All the talk about anaconda etc is for mad data scientists, not us normal folk
;)

------
colatkinson
Depends on the environment a great deal.

Linux: Typically using the package manager, or the AUR if I'm not using the
latest version. At the moment, I'm using 3.6 as my "universal" version since
that's what ships with current Ubuntu.

Windows: Good ol' fashioned executable installers, though there's really no
reason I don't use chocolatey other than sheer force of habit.

macOS: I don't do enough work on macOS to have a strong opinion, though
generally I just use the python.org installer. I don't think there's that much
of a difference from the Homebrew version, but I could be wrong on that front.
As an aside: IIRC, the "default" python shipped with macOS is still 2.X, and
they're going to remove it outright in 10.15. So I wouldn't rely on that too
heavily.

As for other tooling, IME pipenv and poetry make dealing with multiple
versions of Python installed side-by-side much easier. I have a slight
preference for poetry for a variety of reasons, but both projects are worth
checking out.

Finally, at the end of the day, the suggestions in here to "just use Docker"
aren't unreasonable. Performance between numpy on e.g. 3.6 vs 3.7 or clang vs
GCC likely aren't that significant, but if you create a Docker environment
that you can also use for deployment you can be sure you're using packages
compiled/linked against the same things.

If all of this sounds like an unreasonable amount of effort for your
purposes... probably just use Anaconda. It's got a good reputation for data
science applications for a good reason, namely removing much of this insanity
from the list of things you have to worry about.

------
abathur
* I haven't looked into it myself, so I can't really address your specific question about using fast/optimized libraries such as BLAS.

This doesn't (seem to) distinguish your system python (i.e., the ones that'll
run in a default execution environment if you run "python" or "python3") and
project-specific pythons.

For the latter, I guess it's _common_ to use something like virtualenv or a
container/VM to isolate this python instance from your system Python.

Personally, I use Nix (the package manager and corresponding packaging
language) for declaring both my python system and project environments.

Nix still takes some work to ease into, but I think your question suggests
enough understanding/need/drive to push through this.
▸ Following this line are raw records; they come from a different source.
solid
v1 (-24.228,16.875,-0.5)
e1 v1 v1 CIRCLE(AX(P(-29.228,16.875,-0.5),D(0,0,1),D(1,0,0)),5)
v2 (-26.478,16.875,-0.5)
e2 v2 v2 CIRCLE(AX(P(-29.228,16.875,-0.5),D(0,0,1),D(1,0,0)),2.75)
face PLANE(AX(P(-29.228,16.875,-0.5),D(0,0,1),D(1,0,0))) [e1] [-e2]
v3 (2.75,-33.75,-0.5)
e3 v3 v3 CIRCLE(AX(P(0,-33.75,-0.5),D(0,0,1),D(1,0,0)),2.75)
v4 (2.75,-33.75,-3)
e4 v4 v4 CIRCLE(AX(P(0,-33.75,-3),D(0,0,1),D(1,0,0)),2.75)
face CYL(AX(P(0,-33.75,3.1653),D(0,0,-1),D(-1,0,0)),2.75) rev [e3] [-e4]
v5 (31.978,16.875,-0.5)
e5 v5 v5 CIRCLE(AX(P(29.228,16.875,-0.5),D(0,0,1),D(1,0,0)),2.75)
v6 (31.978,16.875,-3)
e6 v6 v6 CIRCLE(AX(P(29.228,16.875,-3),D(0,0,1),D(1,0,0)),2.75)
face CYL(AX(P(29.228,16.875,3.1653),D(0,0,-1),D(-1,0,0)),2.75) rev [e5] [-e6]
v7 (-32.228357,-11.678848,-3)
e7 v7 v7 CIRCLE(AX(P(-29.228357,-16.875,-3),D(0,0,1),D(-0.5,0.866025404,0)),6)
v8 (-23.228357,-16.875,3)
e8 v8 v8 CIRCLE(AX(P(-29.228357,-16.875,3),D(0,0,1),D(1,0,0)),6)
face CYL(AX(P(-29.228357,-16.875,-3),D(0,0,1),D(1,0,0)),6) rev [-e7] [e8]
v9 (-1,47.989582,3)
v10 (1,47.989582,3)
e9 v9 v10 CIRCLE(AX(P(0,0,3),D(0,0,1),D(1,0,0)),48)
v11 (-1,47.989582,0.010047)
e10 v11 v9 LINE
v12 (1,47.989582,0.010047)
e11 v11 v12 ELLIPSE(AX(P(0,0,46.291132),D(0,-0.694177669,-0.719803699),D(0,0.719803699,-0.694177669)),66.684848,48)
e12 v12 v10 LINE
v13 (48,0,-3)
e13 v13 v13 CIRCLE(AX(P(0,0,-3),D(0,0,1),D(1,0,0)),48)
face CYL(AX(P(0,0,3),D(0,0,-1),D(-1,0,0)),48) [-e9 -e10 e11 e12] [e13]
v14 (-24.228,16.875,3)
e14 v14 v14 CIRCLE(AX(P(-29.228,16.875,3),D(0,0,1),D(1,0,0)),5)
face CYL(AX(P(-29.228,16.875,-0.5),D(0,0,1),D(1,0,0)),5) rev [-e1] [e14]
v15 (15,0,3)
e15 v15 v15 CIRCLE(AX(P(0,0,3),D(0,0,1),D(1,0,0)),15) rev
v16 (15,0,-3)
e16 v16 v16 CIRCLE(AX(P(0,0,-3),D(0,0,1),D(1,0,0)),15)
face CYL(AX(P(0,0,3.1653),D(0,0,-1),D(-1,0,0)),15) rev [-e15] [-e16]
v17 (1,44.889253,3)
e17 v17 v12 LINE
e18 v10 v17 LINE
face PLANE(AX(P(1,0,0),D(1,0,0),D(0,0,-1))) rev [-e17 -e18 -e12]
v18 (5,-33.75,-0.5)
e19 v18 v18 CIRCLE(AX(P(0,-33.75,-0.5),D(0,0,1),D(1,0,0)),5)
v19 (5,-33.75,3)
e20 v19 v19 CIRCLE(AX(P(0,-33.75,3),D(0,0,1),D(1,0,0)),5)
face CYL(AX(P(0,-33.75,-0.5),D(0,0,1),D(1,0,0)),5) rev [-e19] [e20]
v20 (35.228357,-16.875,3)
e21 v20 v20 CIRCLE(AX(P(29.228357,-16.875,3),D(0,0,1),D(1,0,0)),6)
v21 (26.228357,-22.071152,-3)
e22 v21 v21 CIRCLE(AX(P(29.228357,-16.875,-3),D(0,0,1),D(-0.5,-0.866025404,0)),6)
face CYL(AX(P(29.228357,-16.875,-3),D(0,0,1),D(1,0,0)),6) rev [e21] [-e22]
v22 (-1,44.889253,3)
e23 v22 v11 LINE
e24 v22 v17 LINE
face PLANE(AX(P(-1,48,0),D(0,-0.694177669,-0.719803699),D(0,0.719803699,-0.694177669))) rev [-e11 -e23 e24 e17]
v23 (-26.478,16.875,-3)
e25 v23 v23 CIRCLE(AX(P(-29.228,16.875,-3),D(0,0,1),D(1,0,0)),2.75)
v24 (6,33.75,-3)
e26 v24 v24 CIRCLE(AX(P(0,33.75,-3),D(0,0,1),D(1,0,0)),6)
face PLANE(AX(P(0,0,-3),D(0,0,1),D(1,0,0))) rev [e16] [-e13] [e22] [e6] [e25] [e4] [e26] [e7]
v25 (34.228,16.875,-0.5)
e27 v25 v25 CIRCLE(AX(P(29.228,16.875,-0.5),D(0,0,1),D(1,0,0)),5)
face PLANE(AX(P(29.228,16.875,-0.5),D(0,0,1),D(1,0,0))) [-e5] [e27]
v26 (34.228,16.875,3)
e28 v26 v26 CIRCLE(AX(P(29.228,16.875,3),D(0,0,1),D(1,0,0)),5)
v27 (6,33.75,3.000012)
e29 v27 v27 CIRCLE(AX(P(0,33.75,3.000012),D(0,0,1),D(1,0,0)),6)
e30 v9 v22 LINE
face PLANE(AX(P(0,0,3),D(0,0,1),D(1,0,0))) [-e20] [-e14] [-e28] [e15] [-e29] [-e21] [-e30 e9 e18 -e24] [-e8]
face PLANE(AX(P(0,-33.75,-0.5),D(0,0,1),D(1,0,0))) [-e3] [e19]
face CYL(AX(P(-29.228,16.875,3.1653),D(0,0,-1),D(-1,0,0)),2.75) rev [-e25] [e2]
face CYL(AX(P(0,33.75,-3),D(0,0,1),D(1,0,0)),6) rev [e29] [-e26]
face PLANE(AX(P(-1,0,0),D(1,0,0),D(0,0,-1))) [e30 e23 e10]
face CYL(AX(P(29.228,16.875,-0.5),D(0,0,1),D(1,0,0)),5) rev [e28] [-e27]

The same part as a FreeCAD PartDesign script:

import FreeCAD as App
import Part
import Sketcher
from FreeCAD import Vector
Q = App.Units.Quantity


def add_polygon(sketch, points):
    """Adds a closed chain of lines whose ends are joined by coincident constraints."""
    first, n = sketch.GeometryCount, len(points)
    for a, b in zip(points, points[1:] + points[:1]):
        sketch.addGeometry(Part.LineSegment(App.Vector(*a, 0), App.Vector(*b, 0)), False)
    for i in range(n):
        sketch.addConstraint(Sketcher.Constraint("Coincident", first + i, 2, first + (i + 1) % n, 1))

doc = App.newDocument("Part")
body = doc.addObject("PartDesign::Body", "Body")

sketch1 = body.newObject("Sketcher::SketchObject", "Sketch")
sketch1.AttachmentSupport = (doc.getObject("XY_Plane"), [""])
sketch1.MapMode = "FlatFace"
sketch1.addGeometry(Part.Circle(Vector(0, 0, 0), Vector(0, 0, 1), 48), False)
sketch1.addGeometry(Part.Circle(Vector(0, 0, 0), Vector(0, 0, 1), 8), False)
sketch1.addConstraint(Sketcher.Constraint("Coincident", 0, 3, -1, 1))
sketch1.addConstraint(Sketcher.Constraint("Coincident", 1, 3, -1, 1))
sketch1.addConstraint(Sketcher.Constraint("Diameter", 0, Q("96 mm")))
sketch1.addConstraint(Sketcher.Constraint("Diameter", 1, Q("16 mm")))
pad1 = body.newObject("PartDesign::Pad", "Pad")
pad1.Profile = sketch1
pad1.Length = 6
pad1.Midplane = True

sketch2 = body.newObject("Sketcher::SketchObject", "Sketch001")
sketch2.AttachmentSupport = (doc.getObject("XY_Plane"), [""])
sketch2.MapMode = "FlatFace"
sketch2.AttachmentOffset = App.Placement(Vector(0, 0, 3), App.Rotation())
sketch2.addGeometry(Part.Circle(Vector(0, 34, 0), Vector(0, 0, 1), 6), False)
sketch2.addConstraint(Sketcher.Constraint("PointOnObject", 0, 3, -2))
sketch2.addConstraint(Sketcher.Constraint("Diameter", 0, Q("12 mm")))
sketch2.addConstraint(Sketcher.Constraint("DistanceY", -1, 1, 0, 3, Q("33.75 mm")))
pocket1 = body.newObject("PartDesign::Pocket", "Pocket")
pocket1.Profile = sketch2
pocket1.Length = 138.2938
pocket1.Midplane = True
doc.recompute()

polarpattern = body.newObject("PartDesign::PolarPattern", "PolarPattern")
polarpattern.Originals = [pocket1]
polarpattern.Axis = (doc.getObject("Z_Axis"), [""])
polarpattern.Angle = 360
polarpattern.Occurrences = 3
body.Tip = polarpattern

sketch3 = body.newObject("Sketcher::SketchObject", "Sketch002")
sketch3.AttachmentSupport = (doc.getObject("YZ_Plane"), [""])
sketch3.MapMode = "FlatFace"
add_polygon(sketch3, [(44.9, 3), (48, 0), (48, 3)])
sketch3.addConstraint(Sketcher.Constraint("Vertical", 1))
sketch3.addConstraint(Sketcher.Constraint("Horizontal", 2))
sketch3.addConstraint(Sketcher.Constraint("PointOnObject", 0, 2, -1))
sketch3.addConstraint(Sketcher.Constraint("DistanceY", 1, 1, 1, 2, Q("3 mm")))
sketch3.addConstraint(Sketcher.Constraint("DistanceX", -1, 1, 0, 2, Q("48 mm")))
sketch3.addConstraint(Sketcher.Constraint("Distance", 0, Q("4.32166 mm")))
pocket2 = body.newObject("PartDesign::Pocket", "Pocket001")
pocket2.Profile = sketch3
pocket2.Length = 2
pocket2.Midplane = True

sketch4 = body.newObject("Sketcher::SketchObject", "Sketch003")
sketch4.AttachmentSupport = (doc.getObject("XY_Plane"), [""])
sketch4.MapMode = "FlatFace"
sketch4.addGeometry(Part.Circle(Vector(0, 0, 0), Vector(0, 0, 1), 15), False)
sketch4.addGeometry(Part.Circle(Vector(0, -33.8, 0), Vector(0, 0, 1), 2.8), False)
sketch4.addConstraint(Sketcher.Constraint("Coincident", 0, 3, -1, 1))
sketch4.addConstraint(Sketcher.Constraint("PointOnObject", 1, 3, -2))
sketch4.addConstraint(Sketcher.Constraint("Diameter", 0, Q("30 mm")))
sketch4.addConstraint(Sketcher.Constraint("Diameter", 1, Q("5.5 mm")))
sketch4.addConstraint(Sketcher.Constraint("DistanceY", 1, 3, -1, 1, Q("33.75 mm")))
pocket3 = body.newObject("PartDesign::Pocket", "Pocket002")
pocket3.Profile = sketch4
pocket3.Type = "ThroughAll"
pocket3.Reversed = True

sketch5 = body.newObject("Sketcher::SketchObject", "Sketch004")
sketch5.AttachmentSupport = (doc.getObject("XY_Plane"), [""])
sketch5.MapMode = "FlatFace"
sketch5.addGeometry(Part.Circle(Vector(0, 0, 0), Vector(0, 0, 1), 15), False)
sketch5.addGeometry(Part.Circle(Vector(0, -33.8, 0), Vector(0, 0, 1), 2.8), False)
sketch5.addConstraint(Sketcher.Constraint("Coincident", 0, 3, -1, 1))
sketch5.addConstraint(Sketcher.Constraint("PointOnObject", 1, 3, -2))
sketch5.addConstraint(Sketcher.Constraint("Diameter", 0, Q("30 mm")))
sketch5.addConstraint(Sketcher.Constraint("Diameter", 1, Q("5.5 mm")))
sketch5.addConstraint(Sketcher.Constraint("DistanceY", 1, 3, -1, 1, Q("33.75 mm")))
pocket4 = body.newObject("PartDesign::Pocket", "Pocket003")
pocket4.Profile = sketch5
pocket4.Type = "ThroughAll"

sketch6 = body.newObject("Sketcher::SketchObject", "Sketch005")
sketch6.AttachmentSupport = (doc.getObject("XY_Plane"), [""])
sketch6.MapMode = "FlatFace"
sketch6.addGeometry(Part.Circle(Vector(29.2, 16.9, 0), Vector(0, 0, 1), 2.8), False)
sketch6.addGeometry(Part.Circle(Vector(-29.2, 16.9, 0), Vector(0, 0, 1), 2.8), False)
sketch6.addConstraint(Sketcher.Constraint("Equal", 0, 1))
sketch6.addConstraint(Sketcher.Constraint("Symmetric", 0, 3, 1, 3, -2))
sketch6.addConstraint(Sketcher.Constraint("Diameter", 0, Q("5.5 mm")))
sketch6.addConstraint(Sketcher.Constraint("DistanceX", -1, 1, 0, 3, Q("29.228 mm")))
sketch6.addConstraint(Sketcher.Constraint("DistanceY", -1, 1, 0, 3, Q("16.875 mm")))
pocket5 = body.newObject("PartDesign::Pocket", "Pocket004")
pocket5.Profile = sketch6
pocket5.Type = "ThroughAll"
pocket5.Reversed = True

sketch7 = body.newObject("Sketcher::SketchObject", "Sketch006")
sketch7.AttachmentSupport = (doc.getObject("XY_Plane"), [""])
sketch7.MapMode = "FlatFace"
sketch7.addGeometry(Part.Circle(Vector(29.2, 16.9, 0), Vector(0, 0, 1), 2.8), False)
sketch7.addGeometry(Part.Circle(Vector(-29.2, 16.9, 0), Vector(0, 0, 1), 2.8), False)
sketch7.addConstraint(Sketcher.Constraint("Equal", 0, 1))
sketch7.addConstraint(Sketcher.Constraint("Symmetric", 0, 3, 1, 3, -2))
sketch7.addConstraint(Sketcher.Constraint("Diameter", 0, Q("5.5 mm")))
sketch7.addConstraint(Sketcher.Constraint("DistanceX", -1, 1, 0, 3, Q("29.228 mm")))
sketch7.addConstraint(Sketcher.Constraint("DistanceY", -1, 1, 0, 3, Q("16.875 mm")))
pocket6 = body.newObject("PartDesign::Pocket", "Pocket005")
pocket6.Profile = sketch7
pocket6.Type = "ThroughAll"

sketch8 = body.newObject("Sketcher::SketchObject", "Sketch007")
sketch8.AttachmentSupport = (doc.getObject("XY_Plane"), [""])
sketch8.MapMode = "FlatFace"
sketch8.AttachmentOffset = App.Placement(Vector(0, 0, 3), App.Rotation())
sketch8.addGeometry(Part.Circle(Vector(0, -34, 0), Vector(0, 0, 1), 5), False)
sketch8.addGeometry(Part.Circle(Vector(29, 17, 0), Vector(0, 0, 1), 5), False)
sketch8.addGeometry(Part.Circle(Vector(-29, 17, 0), Vector(0, 0, 1), 5), False)
sketch8.addConstraint(Sketcher.Constraint("Equal", 0, 1))
sketch8.addConstraint(Sketcher.Constraint("Equal", 1, 2))
sketch8.addConstraint(Sketcher.Constraint("Symmetric", 1, 3, 2, 3, -2))
sketch8.addConstraint(Sketcher.Constraint("PointOnObject", 0, 3, -2))
sketch8.addConstraint(Sketcher.Constraint("Diameter", 0, Q("10 mm")))
sketch8.addConstraint(Sketcher.Constraint("DistanceY", 0, 3, -1, 1, Q("33.75 mm")))
sketch8.addConstraint(Sketcher.Constraint("DistanceX", -1, 1, 1, 3, Q("29.228 mm")))
sketch8.addConstraint(Sketcher.Constraint("DistanceY", -1, 1, 1, 3, Q("16.875 mm")))
pocket7 = body.newObject("PartDesign::Pocket", "Pocket006")
pocket7.Profile = sketch8
pocket7.Length = 3.5

doc.recompute()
Costrouc
([https://discourse.nixos.org/u/costrouc](https://discourse.nixos.org/u/costrouc))
may be a good person to ask; I can recall him making a number of posts about
data science on Nix. I also noticed this one, which seems related to what
you're looking into: [https://discourse.nixos.org/t/benchmarking-lapack-blas-
libra...](https://discourse.nixos.org/t/benchmarking-lapack-blas-libraries-
and-compilers-with-nix/1176/3)

------
jchw
I am using NixOS, and on NixOS you can use Nix expressions to create an
environment with whatever packages at whatever version you need. It isn’t
perfect, but with some effort and tooling it is a reliable, flexible way of
managing an environment, and is especially nice in that it manages the exact
versions of C libraries as well. Nix can be used on any Linux or macOS system.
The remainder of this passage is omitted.